Nawaz Ahmed

Personal information
- Full name: Nawaz Ahmed Jan
- Born: 10 December 1986 (age 39) Peshawar, North-West Frontier Province, Pakistan
- Batting: Right-handed
- Bowling: Right-arm medium-fast
- Role: Batsman

Domestic team information
- Peshawar Panthers
- North West Frontier Province Panthers
- Peshawar
- Pakistan Ordnance Factories
- Pakistan Television
- Khan Research Laboratories

Career statistics
| Competition | First-class | List A | Twenty20 |
| Matches | 46 | 33 | 9 |
| Runs scored | 1,844 | 1,088 | 151 |
| Batting average | 22.48 | 36.26 | 18.87 |
| 100s/50s | 2/12 | 1/8 | 0/2 |
| Top score | 111* | 167 | 53* |
| Balls bowled | 1,183 | 339 | 6 |
| Wickets | 15 | 10 | 0 |
| Bowling average | 43.73 | 32.20 | – |
| 5 wickets in innings | 0 | 0 | 0 |
| 10 wickets in match | 0 | 0 | 0 |
| Best bowling | 4/14 | 3/44 | – |
| Catches/stumpings | 33/– | 6/– | 3/– |
- Source: Cricinfo, 1 May 2026

= Nawaz Ahmed =

Pakistani cricketer (born 1986)

Nawaz Ahmed Jan (born 10 December 1986) is a Pakistani former cricketer. Ahmed was a right-handed batsman who bowled right-arm medium-fast. He was born in Peshawar, North-West Frontier Province, and played domestic cricket in Pakistan for Peshawar, Peshawar Panthers, North West Frontier Province Panthers, Pakistan Ordnance Factories, Pakistan Television and Khan Research Laboratories.

Ahmed made his first-class debut for Peshawar against Sialkot in the 2005–06 Quaid-e-Azam Trophy. One of his earliest notable first-class innings came in the 2007–08 Quaid-e-Azam Trophy, when he scored 109 against Lahore Shalimar at Arbab Niaz Stadium.

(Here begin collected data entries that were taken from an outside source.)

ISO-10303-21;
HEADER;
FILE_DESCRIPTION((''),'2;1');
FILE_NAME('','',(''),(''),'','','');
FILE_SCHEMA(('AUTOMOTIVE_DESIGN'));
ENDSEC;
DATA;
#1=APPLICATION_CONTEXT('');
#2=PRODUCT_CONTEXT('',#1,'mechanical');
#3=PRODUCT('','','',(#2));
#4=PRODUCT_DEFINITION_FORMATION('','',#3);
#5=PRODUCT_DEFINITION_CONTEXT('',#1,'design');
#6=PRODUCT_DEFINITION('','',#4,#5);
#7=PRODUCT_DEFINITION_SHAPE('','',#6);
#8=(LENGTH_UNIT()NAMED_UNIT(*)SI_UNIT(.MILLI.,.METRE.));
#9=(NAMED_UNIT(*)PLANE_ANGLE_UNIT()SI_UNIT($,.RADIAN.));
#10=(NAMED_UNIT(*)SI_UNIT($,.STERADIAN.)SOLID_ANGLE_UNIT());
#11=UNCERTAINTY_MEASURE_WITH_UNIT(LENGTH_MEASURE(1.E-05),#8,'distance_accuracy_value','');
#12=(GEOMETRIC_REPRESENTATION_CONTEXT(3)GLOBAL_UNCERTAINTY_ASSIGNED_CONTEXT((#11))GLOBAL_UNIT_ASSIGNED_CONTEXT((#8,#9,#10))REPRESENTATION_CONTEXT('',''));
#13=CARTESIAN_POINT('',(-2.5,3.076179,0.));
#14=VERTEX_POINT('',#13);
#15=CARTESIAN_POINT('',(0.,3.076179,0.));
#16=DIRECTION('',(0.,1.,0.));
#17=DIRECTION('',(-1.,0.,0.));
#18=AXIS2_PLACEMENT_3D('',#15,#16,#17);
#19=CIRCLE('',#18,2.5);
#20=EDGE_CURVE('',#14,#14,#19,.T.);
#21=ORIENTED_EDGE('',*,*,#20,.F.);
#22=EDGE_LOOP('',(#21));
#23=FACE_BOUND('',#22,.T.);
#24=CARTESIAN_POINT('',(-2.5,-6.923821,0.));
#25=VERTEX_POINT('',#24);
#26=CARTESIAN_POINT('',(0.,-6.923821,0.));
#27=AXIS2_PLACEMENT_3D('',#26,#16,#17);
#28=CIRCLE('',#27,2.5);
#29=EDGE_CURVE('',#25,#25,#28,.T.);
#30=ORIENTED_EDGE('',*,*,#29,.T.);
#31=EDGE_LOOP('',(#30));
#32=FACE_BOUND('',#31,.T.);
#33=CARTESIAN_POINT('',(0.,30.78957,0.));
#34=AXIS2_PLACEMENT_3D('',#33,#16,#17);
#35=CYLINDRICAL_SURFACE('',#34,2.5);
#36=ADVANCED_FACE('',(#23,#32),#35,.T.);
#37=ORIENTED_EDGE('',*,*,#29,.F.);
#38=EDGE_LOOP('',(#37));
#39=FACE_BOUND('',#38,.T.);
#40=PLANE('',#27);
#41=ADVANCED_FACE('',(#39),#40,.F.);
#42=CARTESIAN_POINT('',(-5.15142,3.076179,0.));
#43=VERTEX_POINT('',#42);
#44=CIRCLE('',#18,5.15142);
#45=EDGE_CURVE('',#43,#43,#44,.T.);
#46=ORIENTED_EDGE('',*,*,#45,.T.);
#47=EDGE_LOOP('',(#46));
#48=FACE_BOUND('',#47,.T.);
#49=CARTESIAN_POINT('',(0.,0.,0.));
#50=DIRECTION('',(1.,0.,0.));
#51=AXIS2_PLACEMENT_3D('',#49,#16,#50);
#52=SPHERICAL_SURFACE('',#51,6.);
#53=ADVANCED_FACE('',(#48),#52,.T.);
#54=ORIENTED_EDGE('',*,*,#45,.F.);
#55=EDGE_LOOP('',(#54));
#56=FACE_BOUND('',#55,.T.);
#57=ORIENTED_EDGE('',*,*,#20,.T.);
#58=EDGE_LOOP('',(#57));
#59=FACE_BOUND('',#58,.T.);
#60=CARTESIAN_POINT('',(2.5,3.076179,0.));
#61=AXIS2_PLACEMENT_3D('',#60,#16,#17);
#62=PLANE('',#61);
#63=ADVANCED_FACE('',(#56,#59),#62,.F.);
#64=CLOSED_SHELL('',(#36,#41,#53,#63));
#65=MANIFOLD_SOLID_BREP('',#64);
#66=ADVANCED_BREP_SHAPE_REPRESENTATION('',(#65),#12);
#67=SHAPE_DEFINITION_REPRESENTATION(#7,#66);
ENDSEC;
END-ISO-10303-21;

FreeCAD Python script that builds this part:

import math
import FreeCAD as App
import Part
import Sketcher

doc = App.newDocument("Part")
body = doc.addObject("PartDesign::Body", "Body")

# Sketch on XY plane
sketch1 = body.newObject("Sketcher::SketchObject", "Sketch")
sketch1.AttachmentSupport = (doc.getObject("XY_Plane"), [""])
sketch1.MapMode = "FlatFace"
sketch1.addGeometry([
    Part.LineSegment(App.Vector(0, -6.9, 0), App.Vector(2.5, -6.9, 0)),  # 0
    Part.LineSegment(App.Vector(2.5, -6.9, 0), App.Vector(2.5, 3.1, 0)),  # 1
    Part.LineSegment(App.Vector(2.5, 3.1, 0), App.Vector(5.2, 3.1, 0)),  # 2
    Part.ArcOfCircle(Part.Circle(App.Vector(0, 0, 0), App.Vector(0, 0, 1), 6), math.radians(31), math.radians(90)),  # 3
    Part.LineSegment(App.Vector(0, 6, 0), App.Vector(0, -6.9, 0)),  # 4
], False)
sketch1.addConstraint([
    Sketcher.Constraint("Coincident", 0, 2, 1, 1),
    Sketcher.Constraint("Coincident", 1, 2, 2, 1),
    Sketcher.Constraint("Coincident", 2, 2, 3, 1),
    Sketcher.Constraint("Coincident", 3, 2, 4, 1),
    Sketcher.Constraint("Coincident", 4, 2, 0, 1),
    Sketcher.Constraint("Horizontal", 0),
    Sketcher.Constraint("Vertical", 1),
    Sketcher.Constraint("Horizontal", 2),
    Sketcher.Constraint("Vertical", 4),
    Sketcher.Constraint("Coincident", 3, 3, -1, 1),
    Sketcher.Constraint("PointOnObject", 3, 2, -2),
    Sketcher.Constraint("Radius", 3, 6.0),
    Sketcher.Constraint("DistanceY", 1, 1, 1, 2, 10.0),
    Sketcher.Constraint("DistanceX", 0, 1, 0, 2, 2.5),
    Sketcher.Constraint("DistanceX", 2, 1, 2, 2, 2.65142),
])
revolution = body.newObject("PartDesign::Revolution", "Revolution")
revolution.Profile = sketch1
revolution.ReferenceAxis = (sketch1, ["V_Axis"])
revolution.Angle = 360

doc.recompute()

His most notable List A innings came in March 2013, when he scored a career-best 167 for Peshawar Panthers against Faisalabad Wolves in the Faysal Bank One-Day Cup. Chasing 277, he struck 22 fours and three sixes and guided Peshawar Panthers to a six-wicket win with seven overs to spare. He also played in Pakistan's domestic Twenty20 competitions for Peshawar-based sides, making 151 runs in nine matches with two half-centuries.

Late in his career, playing for Khan Research Laboratories against United Bank Limited in October 2017, Ahmed produced the best bowling figures of his first-class career, taking 4 for 14 in the first innings at Rawalpindi. Overall, he played in 46 first-class matches, scoring 1,844 runs at a batting average of 22.48, with two centuries and 12 half-centuries. In List A cricket, he played 33 matches and scored 1,088 runs at 36.26, including one century and eight fifties.